Cardiff was my first thought, but they didn’t fancy the idea. I think the Cardiff manager Jimmy Andrews was a bit too concerned for his own future.
In the end it was a chance meeting with the Swansea chairman at a sports trade fair that led to me being offered the player-manager role there. It was a chance to get back home to south Wales, and to learn my trade as a coach.
I just went bang, straight into it. At the age of 29, I was the youngest manager in the Football League.
Swansea City were in the Fourth Division back then, and playing at the Vetch Field – a far different place to the Liberty Stadium of today. But I think going in down at the lower divisions is the best way to learn. I could still play, particularly at that level, and it was a super grounding for me as a coach.

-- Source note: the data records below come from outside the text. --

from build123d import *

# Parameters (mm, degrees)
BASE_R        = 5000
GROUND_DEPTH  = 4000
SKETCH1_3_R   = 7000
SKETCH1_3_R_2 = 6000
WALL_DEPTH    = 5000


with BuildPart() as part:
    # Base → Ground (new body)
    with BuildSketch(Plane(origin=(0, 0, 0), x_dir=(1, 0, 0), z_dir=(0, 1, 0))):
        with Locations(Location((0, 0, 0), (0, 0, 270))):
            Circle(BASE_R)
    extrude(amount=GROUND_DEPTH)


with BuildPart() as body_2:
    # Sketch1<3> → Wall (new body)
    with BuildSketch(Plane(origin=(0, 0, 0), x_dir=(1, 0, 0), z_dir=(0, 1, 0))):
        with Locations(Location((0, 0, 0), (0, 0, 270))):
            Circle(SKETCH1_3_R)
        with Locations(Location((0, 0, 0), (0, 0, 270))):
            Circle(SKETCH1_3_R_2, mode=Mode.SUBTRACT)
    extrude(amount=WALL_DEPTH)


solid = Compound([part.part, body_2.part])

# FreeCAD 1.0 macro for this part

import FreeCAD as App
import Part
import Sketcher

doc = App.newDocument("Part")
body = doc.addObject("PartDesign::Body", "Body")

# Sketch on XZ plane
sketch1 = body.newObject("Sketcher::SketchObject", "Sketch")
sketch1.AttachmentSupport = (doc.getObject("XZ_Plane"), [""])
sketch1.MapMode = "FlatFace"
sketch1.addGeometry(Part.Circle(App.Vector(0, 0, 0), App.Vector(0, 0, 1), 5000), False)
sketch1.addConstraint([
    Sketcher.Constraint("Coincident", 0, 3, -1, 1),
    Sketcher.Constraint("Diameter", 0, 10000.0),
])
pad1 = body.newObject("PartDesign::Pad", "Pad")
pad1.Profile = sketch1
pad1.Length = 4000
pad1.Reversed = True
body2 = doc.addObject("PartDesign::Body", "Body001")

# Sketch on XZ plane
sketch2 = body2.newObject("Sketcher::SketchObject", "Sketch001")
sketch2.AttachmentSupport = (doc.getObject("XZ_Plane001"), [""])
sketch2.MapMode = "FlatFace"
sketch2.addGeometry([
    Part.Circle(App.Vector(0, 0, 0), App.Vector(0, 0, 1), 7000),
    Part.Circle(App.Vector(0, 0, 0), App.Vector(0, 0, 1), 6000),
], False)
sketch2.addConstraint([
    Sketcher.Constraint("Coincident", 0, 3, -1, 1),
    Sketcher.Constraint("Coincident", 1, 3, -1, 1),
    Sketcher.Constraint("Diameter", 0, 14000.0),
    Sketcher.Constraint("Diameter", 1, 12000.0),
])
pad2 = body2.newObject("PartDesign::Pad", "Pad001")
pad2.Profile = sketch2
pad2.Length = 5000
pad2.Reversed = True

doc.recompute()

We went through the leagues so quickly that a couple of years later I more or less decided not to play. After my first full season, though, I had received a call from the Wales manager Mike Smith, asking if I’d come back and play for Wales in the British Home Championship.

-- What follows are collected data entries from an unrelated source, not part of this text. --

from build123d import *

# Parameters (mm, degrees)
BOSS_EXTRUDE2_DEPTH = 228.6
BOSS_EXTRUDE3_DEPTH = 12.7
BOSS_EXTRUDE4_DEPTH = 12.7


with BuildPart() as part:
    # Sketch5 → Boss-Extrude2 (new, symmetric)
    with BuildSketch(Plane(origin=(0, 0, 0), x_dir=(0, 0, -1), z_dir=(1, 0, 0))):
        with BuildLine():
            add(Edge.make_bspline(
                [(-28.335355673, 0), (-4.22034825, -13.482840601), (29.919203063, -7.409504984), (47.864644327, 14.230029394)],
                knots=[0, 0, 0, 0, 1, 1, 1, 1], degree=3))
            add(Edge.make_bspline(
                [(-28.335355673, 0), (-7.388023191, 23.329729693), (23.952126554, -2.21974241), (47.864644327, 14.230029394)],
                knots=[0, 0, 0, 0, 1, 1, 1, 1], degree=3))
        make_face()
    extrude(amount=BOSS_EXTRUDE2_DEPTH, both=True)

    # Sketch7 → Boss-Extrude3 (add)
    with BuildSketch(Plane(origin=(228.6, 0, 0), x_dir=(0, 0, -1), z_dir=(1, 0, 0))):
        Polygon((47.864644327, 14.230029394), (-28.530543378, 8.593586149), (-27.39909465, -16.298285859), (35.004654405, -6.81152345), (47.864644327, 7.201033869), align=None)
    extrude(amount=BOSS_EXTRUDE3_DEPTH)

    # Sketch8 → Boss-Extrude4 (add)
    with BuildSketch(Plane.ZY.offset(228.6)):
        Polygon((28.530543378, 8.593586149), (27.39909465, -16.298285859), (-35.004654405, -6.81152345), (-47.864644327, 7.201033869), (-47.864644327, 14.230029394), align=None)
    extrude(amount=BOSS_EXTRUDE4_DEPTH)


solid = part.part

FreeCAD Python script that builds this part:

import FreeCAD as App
import Part
import Sketcher
from FreeCAD import Vector
Q = App.Units.Quantity


def add_polygon(sketch, points):
    """Adds a closed chain of lines whose ends are joined by coincident constraints."""
    first, n = sketch.GeometryCount, len(points)
    for a, b in zip(points, points[1:] + points[:1]):
        sketch.addGeometry(Part.LineSegment(App.Vector(*a, 0), App.Vector(*b, 0)), False)
    for i in range(n):
        sketch.addConstraint(Sketcher.Constraint("Coincident", first + i, 2, first + (i + 1) % n, 1))

doc = App.newDocument("Part")
body = doc.addObject("PartDesign::Body", "Body")

# Sketch on YZ plane
sketch1 = body.newObject("Sketcher::SketchObject", "Sketch")
sketch1.AttachmentSupport = (doc.getObject("YZ_Plane"), [""])
sketch1.MapMode = "FlatFace"
sketch1.addGeometry([
    Part.BSplineCurve([Vector(0, 28.335356, 0), Vector(-13.482841, 4.220348, 0), Vector(-7.409505, -29.919203, 0), Vector(14.230029, -47.864644, 0)], [4, 4], [0, 1], False, 3, [1, 1, 1, 1], False),
    Part.BSplineCurve([Vector(0, 28.335356, 0), Vector(23.32973, 7.388023, 0), Vector(-2.219742, -23.952127, 0), Vector(14.230029, -47.864644, 0)], [4, 4], [0, 1], False, 3, [1, 1, 1, 1], False),
], False)
sketch1.addConstraint([
    Sketcher.Constraint("Block", 0),
    Sketcher.Constraint("Block", 1),
])
pad1 = body.newObject("PartDesign::Pad", "Pad")
pad1.Profile = sketch1
pad1.Length = Q("18 in")
pad1.Midplane = True

# Sketch on YZ plane
sketch2 = body.newObject("Sketcher::SketchObject", "Sketch001")
sketch2.AttachmentSupport = (doc.getObject("YZ_Plane"), [""])
sketch2.MapMode = "FlatFace"
sketch2.AttachmentOffset = App.Placement(Vector(0, 0, 9 * 25.4), App.Rotation())
add_polygon(sketch2, [(14, -48), (9, 29), (-16, 27), (-7, -35), (7, -48)])  # lines 0-4
sketch2.addConstraint([
    Sketcher.Constraint("Horizontal", 4),
    Sketcher.Constraint("Distance", 2, 63.12073),
    Sketcher.Constraint("Distance", 3, 19.01923),
    Sketcher.Constraint("DistanceX", 4, 1, 4, 2, 7.028996),
    Sketcher.Constraint("DistanceX", -1, 1, 4, 2, 14.230029),
    Sketcher.Constraint("DistanceY", 1, 2, 0, 2, 1.131449),
    Sketcher.Constraint("DistanceY", 2, 2, 1, 2, 62.403749),
    Sketcher.Constraint("DistanceX", 2, 2, 0, 2, 15.40511),
    Sketcher.Constraint("DistanceY", 3, 2, 2, 2, 12.85999),
    Sketcher.Constraint("DistanceY", -1, 1, 0, 2, 28.530543),
])
pad2 = body.newObject("PartDesign::Pad", "Pad001")
pad2.Profile = sketch2
pad2.Length = Q("0.5 in")

# Sketch on YZ plane
sketch3 = body.newObject("Sketcher::SketchObject", "Sketch002")
sketch3.AttachmentSupport = (doc.getObject("YZ_Plane"), [""])
sketch3.MapMode = "FlatFace"
sketch3.AttachmentOffset = App.Placement(Vector(0, 0, -9 * 25.4), App.Rotation())
add_polygon(sketch3, [(-16, 27), (9, 29), (14, -48), (7, -48), (-7, -35)])  # lines 0-4
sketch3.addConstraint([
    Sketcher.Constraint("Horizontal", 2),
    Sketcher.Constraint("Distance", 3, 19.01923),
    Sketcher.Constraint("Distance", 4, 63.12073),
    Sketcher.Constraint("DistanceX", 2, 2, 2, 1, 7.028996),
    Sketcher.Constraint("DistanceX", -1, 1, 1, 2, 14.230029),
    Sketcher.Constraint("DistanceY", 2, 2, 3, 2, 12.85999),
    Sketcher.Constraint("DistanceX", 3, 2, 0, 2, 15.40511),
    Sketcher.Constraint("DistanceY", 4, 2, 0, 2, 1.131449),
    Sketcher.Constraint("DistanceY", 3, 2, 4, 2, 62.403749),
    Sketcher.Constraint("DistanceY", -1, 1, 0, 2, 28.530543),
])
pad3 = body.newObject("PartDesign::Pad", "Pad002")
pad3.Profile = sketch3
pad3.Length = Q("0.5 in")
pad3.Reversed = True

doc.recompute()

I was playing up front with Robbie James and Alan Curtis – two Swansea lads – and in our first game we beat Scotland 3-0. I scored a hat-trick.

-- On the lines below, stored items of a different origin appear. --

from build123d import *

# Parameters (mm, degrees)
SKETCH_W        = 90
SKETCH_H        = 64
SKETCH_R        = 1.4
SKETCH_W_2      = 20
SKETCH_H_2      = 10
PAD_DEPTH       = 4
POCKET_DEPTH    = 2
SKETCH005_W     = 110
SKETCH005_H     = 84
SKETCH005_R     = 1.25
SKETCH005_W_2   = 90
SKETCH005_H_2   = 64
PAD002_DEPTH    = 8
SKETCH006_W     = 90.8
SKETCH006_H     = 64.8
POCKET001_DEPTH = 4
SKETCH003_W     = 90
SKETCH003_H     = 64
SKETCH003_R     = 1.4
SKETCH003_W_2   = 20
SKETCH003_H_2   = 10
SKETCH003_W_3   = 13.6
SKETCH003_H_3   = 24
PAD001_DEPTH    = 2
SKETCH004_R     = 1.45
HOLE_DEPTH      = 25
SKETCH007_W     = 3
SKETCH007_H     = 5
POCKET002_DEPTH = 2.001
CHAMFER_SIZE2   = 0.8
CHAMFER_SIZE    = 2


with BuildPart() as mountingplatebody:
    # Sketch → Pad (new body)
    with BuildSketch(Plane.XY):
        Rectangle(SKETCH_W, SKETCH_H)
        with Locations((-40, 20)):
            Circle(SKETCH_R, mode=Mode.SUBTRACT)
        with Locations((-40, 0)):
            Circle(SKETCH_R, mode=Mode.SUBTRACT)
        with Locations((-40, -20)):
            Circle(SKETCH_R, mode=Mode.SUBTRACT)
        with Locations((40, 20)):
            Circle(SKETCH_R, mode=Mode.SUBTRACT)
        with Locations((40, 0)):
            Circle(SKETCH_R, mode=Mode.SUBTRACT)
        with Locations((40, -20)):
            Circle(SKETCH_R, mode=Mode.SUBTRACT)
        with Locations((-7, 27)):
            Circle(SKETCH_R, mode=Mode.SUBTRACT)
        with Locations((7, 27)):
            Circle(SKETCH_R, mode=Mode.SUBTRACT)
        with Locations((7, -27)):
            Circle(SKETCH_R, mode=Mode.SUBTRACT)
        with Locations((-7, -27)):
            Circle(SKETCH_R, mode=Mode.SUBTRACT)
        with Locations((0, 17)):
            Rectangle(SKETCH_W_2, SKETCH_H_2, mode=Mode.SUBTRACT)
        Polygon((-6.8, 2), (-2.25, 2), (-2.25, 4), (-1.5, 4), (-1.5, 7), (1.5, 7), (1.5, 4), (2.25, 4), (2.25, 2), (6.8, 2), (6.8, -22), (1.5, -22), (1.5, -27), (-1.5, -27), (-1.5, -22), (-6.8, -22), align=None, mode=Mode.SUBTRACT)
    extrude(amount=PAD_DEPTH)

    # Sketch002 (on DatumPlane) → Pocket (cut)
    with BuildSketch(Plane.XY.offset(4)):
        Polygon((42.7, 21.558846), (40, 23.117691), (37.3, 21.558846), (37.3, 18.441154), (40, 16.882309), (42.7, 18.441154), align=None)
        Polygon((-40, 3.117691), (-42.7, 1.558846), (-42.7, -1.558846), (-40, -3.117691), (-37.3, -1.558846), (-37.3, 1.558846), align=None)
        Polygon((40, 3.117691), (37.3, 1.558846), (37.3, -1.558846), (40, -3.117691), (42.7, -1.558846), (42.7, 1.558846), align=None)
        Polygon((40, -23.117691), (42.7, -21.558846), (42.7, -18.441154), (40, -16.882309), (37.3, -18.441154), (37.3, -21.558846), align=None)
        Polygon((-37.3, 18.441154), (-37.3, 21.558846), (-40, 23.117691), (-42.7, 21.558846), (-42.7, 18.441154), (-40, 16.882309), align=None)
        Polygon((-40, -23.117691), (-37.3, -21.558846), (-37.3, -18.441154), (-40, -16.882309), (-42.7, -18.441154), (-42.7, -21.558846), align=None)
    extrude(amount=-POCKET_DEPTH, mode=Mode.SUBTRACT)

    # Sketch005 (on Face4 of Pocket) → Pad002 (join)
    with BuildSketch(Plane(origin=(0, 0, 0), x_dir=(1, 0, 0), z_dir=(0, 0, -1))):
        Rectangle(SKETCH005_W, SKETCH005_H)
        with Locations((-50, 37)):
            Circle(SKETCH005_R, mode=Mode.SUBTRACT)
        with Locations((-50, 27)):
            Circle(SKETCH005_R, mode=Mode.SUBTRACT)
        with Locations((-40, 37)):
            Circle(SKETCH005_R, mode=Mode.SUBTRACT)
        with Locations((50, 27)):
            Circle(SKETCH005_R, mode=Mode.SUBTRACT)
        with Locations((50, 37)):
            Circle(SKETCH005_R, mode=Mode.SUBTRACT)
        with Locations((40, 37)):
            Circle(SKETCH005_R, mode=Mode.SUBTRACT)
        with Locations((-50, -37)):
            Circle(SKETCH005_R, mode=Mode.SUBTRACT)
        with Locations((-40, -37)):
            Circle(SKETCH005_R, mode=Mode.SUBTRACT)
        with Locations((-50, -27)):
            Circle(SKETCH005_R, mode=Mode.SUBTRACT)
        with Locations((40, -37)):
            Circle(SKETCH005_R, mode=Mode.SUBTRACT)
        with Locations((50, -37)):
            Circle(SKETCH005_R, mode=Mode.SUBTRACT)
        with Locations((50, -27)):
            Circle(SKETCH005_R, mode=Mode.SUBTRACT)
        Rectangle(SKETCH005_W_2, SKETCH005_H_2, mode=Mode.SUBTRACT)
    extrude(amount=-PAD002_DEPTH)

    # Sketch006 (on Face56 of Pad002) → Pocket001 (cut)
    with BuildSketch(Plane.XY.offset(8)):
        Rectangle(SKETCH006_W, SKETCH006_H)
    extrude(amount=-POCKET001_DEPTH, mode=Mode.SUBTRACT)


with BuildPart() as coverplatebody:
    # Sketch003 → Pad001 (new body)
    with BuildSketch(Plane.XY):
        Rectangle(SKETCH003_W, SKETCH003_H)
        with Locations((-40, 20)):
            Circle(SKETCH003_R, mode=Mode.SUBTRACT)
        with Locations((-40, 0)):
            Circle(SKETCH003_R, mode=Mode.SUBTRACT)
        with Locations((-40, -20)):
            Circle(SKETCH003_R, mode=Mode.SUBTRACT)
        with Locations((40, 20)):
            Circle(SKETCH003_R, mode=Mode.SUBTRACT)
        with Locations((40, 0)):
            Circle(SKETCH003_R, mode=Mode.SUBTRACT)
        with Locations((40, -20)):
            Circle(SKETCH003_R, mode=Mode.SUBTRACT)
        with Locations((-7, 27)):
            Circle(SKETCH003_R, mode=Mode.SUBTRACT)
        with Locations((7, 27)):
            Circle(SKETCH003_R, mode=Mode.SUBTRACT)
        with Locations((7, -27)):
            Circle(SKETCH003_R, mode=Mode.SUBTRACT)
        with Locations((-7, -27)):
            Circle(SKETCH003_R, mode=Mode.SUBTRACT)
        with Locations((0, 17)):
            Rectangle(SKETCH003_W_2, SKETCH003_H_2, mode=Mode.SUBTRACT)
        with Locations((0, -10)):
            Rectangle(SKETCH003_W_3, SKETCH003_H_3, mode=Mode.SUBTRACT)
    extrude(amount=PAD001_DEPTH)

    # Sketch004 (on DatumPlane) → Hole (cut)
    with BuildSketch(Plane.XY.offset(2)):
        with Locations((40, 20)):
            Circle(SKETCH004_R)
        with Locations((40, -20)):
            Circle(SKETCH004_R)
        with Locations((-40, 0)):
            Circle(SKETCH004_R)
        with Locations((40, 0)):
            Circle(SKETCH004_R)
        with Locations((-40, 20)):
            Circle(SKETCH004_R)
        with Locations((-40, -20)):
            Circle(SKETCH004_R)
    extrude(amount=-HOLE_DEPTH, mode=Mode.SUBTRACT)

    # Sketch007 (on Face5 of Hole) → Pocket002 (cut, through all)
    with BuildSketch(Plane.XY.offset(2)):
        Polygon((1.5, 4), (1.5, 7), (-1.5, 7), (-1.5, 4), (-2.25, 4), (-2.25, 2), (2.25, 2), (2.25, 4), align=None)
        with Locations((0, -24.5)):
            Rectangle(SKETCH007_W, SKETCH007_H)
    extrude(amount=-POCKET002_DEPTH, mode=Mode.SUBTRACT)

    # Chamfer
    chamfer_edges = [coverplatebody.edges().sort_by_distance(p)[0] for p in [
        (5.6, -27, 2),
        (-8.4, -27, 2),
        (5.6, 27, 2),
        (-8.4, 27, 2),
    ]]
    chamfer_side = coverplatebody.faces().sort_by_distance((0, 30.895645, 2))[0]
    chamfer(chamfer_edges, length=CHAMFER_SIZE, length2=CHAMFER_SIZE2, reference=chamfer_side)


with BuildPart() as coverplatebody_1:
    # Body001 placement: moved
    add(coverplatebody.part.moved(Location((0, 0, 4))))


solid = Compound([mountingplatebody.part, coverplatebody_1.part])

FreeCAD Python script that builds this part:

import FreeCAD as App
import Part
import Sketcher
Q = App.Units.Quantity


def edges_at(feature, points):
    """Names of the edges that pass closest to the given points."""
    edges = feature.Shape.Edges
    near = lambda p: min(range(len(edges)), key=lambda i: edges[i].distToShape(Part.Vertex(*p))[0])
    return sorted({f"Edge{near(p) + 1}" for p in points})

doc = App.newDocument("Part")
body = doc.addObject("PartDesign::Body", "Body")

# Sketch on XY plane
sketch1 = doc.addObject("Sketcher::SketchObject", "Sketch")
body.addObject(sketch1)
sketch1.AttachmentSupport = (doc.XY_Plane, [""])
sketch1.MapMode = "FlatFace"
sketch1.addGeometry([
    Part.LineSegment(App.Vector(-45, 32, 0), App.Vector(-45, -32, 0)),  # 0
    Part.LineSegment(App.Vector(-45, -32, 0), App.Vector(45, -32, 0)),  # 1
    Part.LineSegment(App.Vector(45, -32, 0), App.Vector(45, 32, 0)),  # 2
    Part.LineSegment(App.Vector(45, 32, 0), App.Vector(-45, 32, 0)),  # 3
    Part.Circle(App.Vector(-40, -20, 0), App.Vector(0, 0, 1), 1.4),  # 4
    Part.Circle(App.Vector(-7, -27, 0), App.Vector(0, 0, 1), 1.4),  # 5
    Part.Circle(App.Vector(7, -27, 0), App.Vector(0, 0, 1), 1.4),  # 6
    Part.Circle(App.Vector(40, -20, 0), App.Vector(0, 0, 1), 1.4),  # 7
    Part.LineSegment(App.Vector(-6.8, -22, 0), App.Vector(-6.8, 2, 0)),  # 8
    Part.LineSegment(App.Vector(-6.8, 2, 0), App.Vector(-2.2, 2, 0)),  # 9
    Part.LineSegment(App.Vector(-2.2, 2, 0), App.Vector(-2.2, 4, 0)),  # 10
    Part.LineSegment(App.Vector(-2.2, 4, 0), App.Vector(-1.5, 4, 0)),  # 11
    Part.LineSegment(App.Vector(-1.5, 4, 0), App.Vector(-1.5, 7, 0)),  # 12
    Part.LineSegment(App.Vector(-1.5, 7, 0), App.Vector(1.5, 7, 0)),  # 13
    Part.LineSegment(App.Vector(1.5, 7, 0), App.Vector(1.5, 4, 0)),  # 14
    Part.LineSegment(App.Vector(1.5, 4, 0), App.Vector(2.2, 4, 0)),  # 15
    Part.LineSegment(App.Vector(2.2, 4, 0), App.Vector(2.2, 2, 0)),  # 16
    Part.LineSegment(App.Vector(2.2, 2, 0), App.Vector(6.8, 2, 0)),  # 17
    Part.LineSegment(App.Vector(6.8, 2, 0), App.Vector(6.8, -22, 0)),  # 18
    Part.LineSegment(App.Vector(6.8, -22, 0), App.Vector(1.5, -22, 0)),  # 19
    Part.LineSegment(App.Vector(1.5, -22, 0), App.Vector(1.5, -27, 0)),  # 20
    Part.LineSegment(App.Vector(1.5, -27, 0), App.Vector(-1.5, -27, 0)),  # 21
    Part.LineSegment(App.Vector(-1.5, -27, 0), App.Vector(-1.5, -22, 0)),  # 22
    Part.LineSegment(App.Vector(-1.5, -22, 0), App.Vector(-6.8, -22, 0)),  # 23
    Part.Circle(App.Vector(-40, 0, 0), App.Vector(0, 0, 1), 1.4),  # 24
    Part.Circle(App.Vector(-40, 20, 0), App.Vector(0, 0, 1), 1.4),  # 25
    Part.Circle(App.Vector(-7, 27, 0), App.Vector(0, 0, 1), 1.4),  # 26
    Part.Circle(App.Vector(40, 0, 0), App.Vector(0, 0, 1), 1.4),  # 27
    Part.LineSegment(App.Vector(10, 12, 0), App.Vector(-10, 12, 0)),  # 28
    Part.LineSegment(App.Vector(-10, 12, 0), App.Vector(-10, 22, 0)),  # 29
    Part.LineSegment(App.Vector(-10, 22, 0), App.Vector(10, 22, 0)),  # 30
    Part.LineSegment(App.Vector(10, 22, 0), App.Vector(10, 12, 0)),  # 31
    Part.Circle(App.Vector(7, 27, 0), App.Vector(0, 0, 1), 1.4),  # 32
    Part.Circle(App.Vector(40, 20, 0), App.Vector(0, 0, 1), 1.4),  # 33
], False)
sketch1.addConstraint([
    Sketcher.Constraint("Coincident", 0, 2, 1, 1),
    Sketcher.Constraint("Coincident", 1, 2, 2, 1),
    Sketcher.Constraint("Coincident", 2, 2, 3, 1),
    Sketcher.Constraint("Coincident", 3, 2, 0, 1),
    Sketcher.Constraint("Coincident", 8, 2, 9, 1),
    Sketcher.Constraint("Coincident", 9, 2, 10, 1),
    Sketcher.Constraint("Coincident", 10, 2, 11, 1),
    Sketcher.Constraint("Coincident", 11, 2, 12, 1),
    Sketcher.Constraint("Coincident", 12, 2, 13, 1),
    Sketcher.Constraint("Coincident", 13, 2, 14, 1),
    Sketcher.Constraint("Coincident", 14, 2, 15, 1),
    Sketcher.Constraint("Coincident", 15, 2, 16, 1),
    Sketcher.Constraint("Coincident", 16, 2, 17, 1),
    Sketcher.Constraint("Coincident", 17, 2, 18, 1),
    Sketcher.Constraint("Coincident", 18, 2, 19, 1),
    Sketcher.Constraint("Coincident", 19, 2, 20, 1),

Alan Hansen, Kenny Dalglish and Graeme Souness – three Liverpool players I’d left behind less than two years before – were all in that Scotland team. For obvious reasons, it’s one of the most satisfying days of my football life.
A few years later came another one.
May 2 1981: after three promotions in four years, Swansea City had reached the First Division for the first time in the club’s history.
“It was a big decision to move abroad, but I believed in myself”
When I look back at the type of manager I was then, I recognise the habits that I’d picked up at Liverpool. In the Boot Room at Anfield (below), I’d watched Joe Fagan, Ronnie Moran and Roy Evans keep notes every day of the training sessions they’d done. I did the same.
I can tell you exactly what we did on November 22 1987 in San Sebastian. Or on March 8 1989 in Madrid – it’s all written down in books I’ve got at home. As the years go by, it’s interesting to go back and look over those notes.
I always went back to what Shanks always said to me: “You’ve got the recipe son, now go away and use it.”
That’s what I’d been determined to do.
But towards the end of my time at Swansea, things had become really difficult. I could feel it building up and building up – at times like that, you don’t work as well as you’ve done previously. You can’t.
I don’t like to talk about bad luck, but we did have an awful lot of it at that particular time. We lost a few of our top players to serious injuries and the club had financial issues. We were under a transfer embargo, so we were pushing young lads into situations they weren’t ready for. I just felt as though the whole world was coming in on top of us.
It was a very difficult time. When it was over, as I said earlier, I was exhausted. The upheaval, the disappointments. The constantly asking myself, how had it all gone so wrong?
For almost a month after I left, I couldn’t get out of bed in the morning.
But with time, things got a bit easier. Life started to move on, and that helped me to do the same. I got job offers from clubs like Manchester City and Southampton, but nothing that felt quite right.
I didn’t know exactly what I was waiting for, until the moment I got the call from Sporting Lisbon.
It was a chance to manage abroad. To do something different.
It was a big decision to move out there, but I believed in myself, and I believed in the recipe that Shanks, Bob and the others in the Boot Room had given me.
It had taken me and Swansea City from the Fourth Division to the First. Now I wanted to see what it could help me achieve somewhere new: at one of the biggest clubs in Portugal.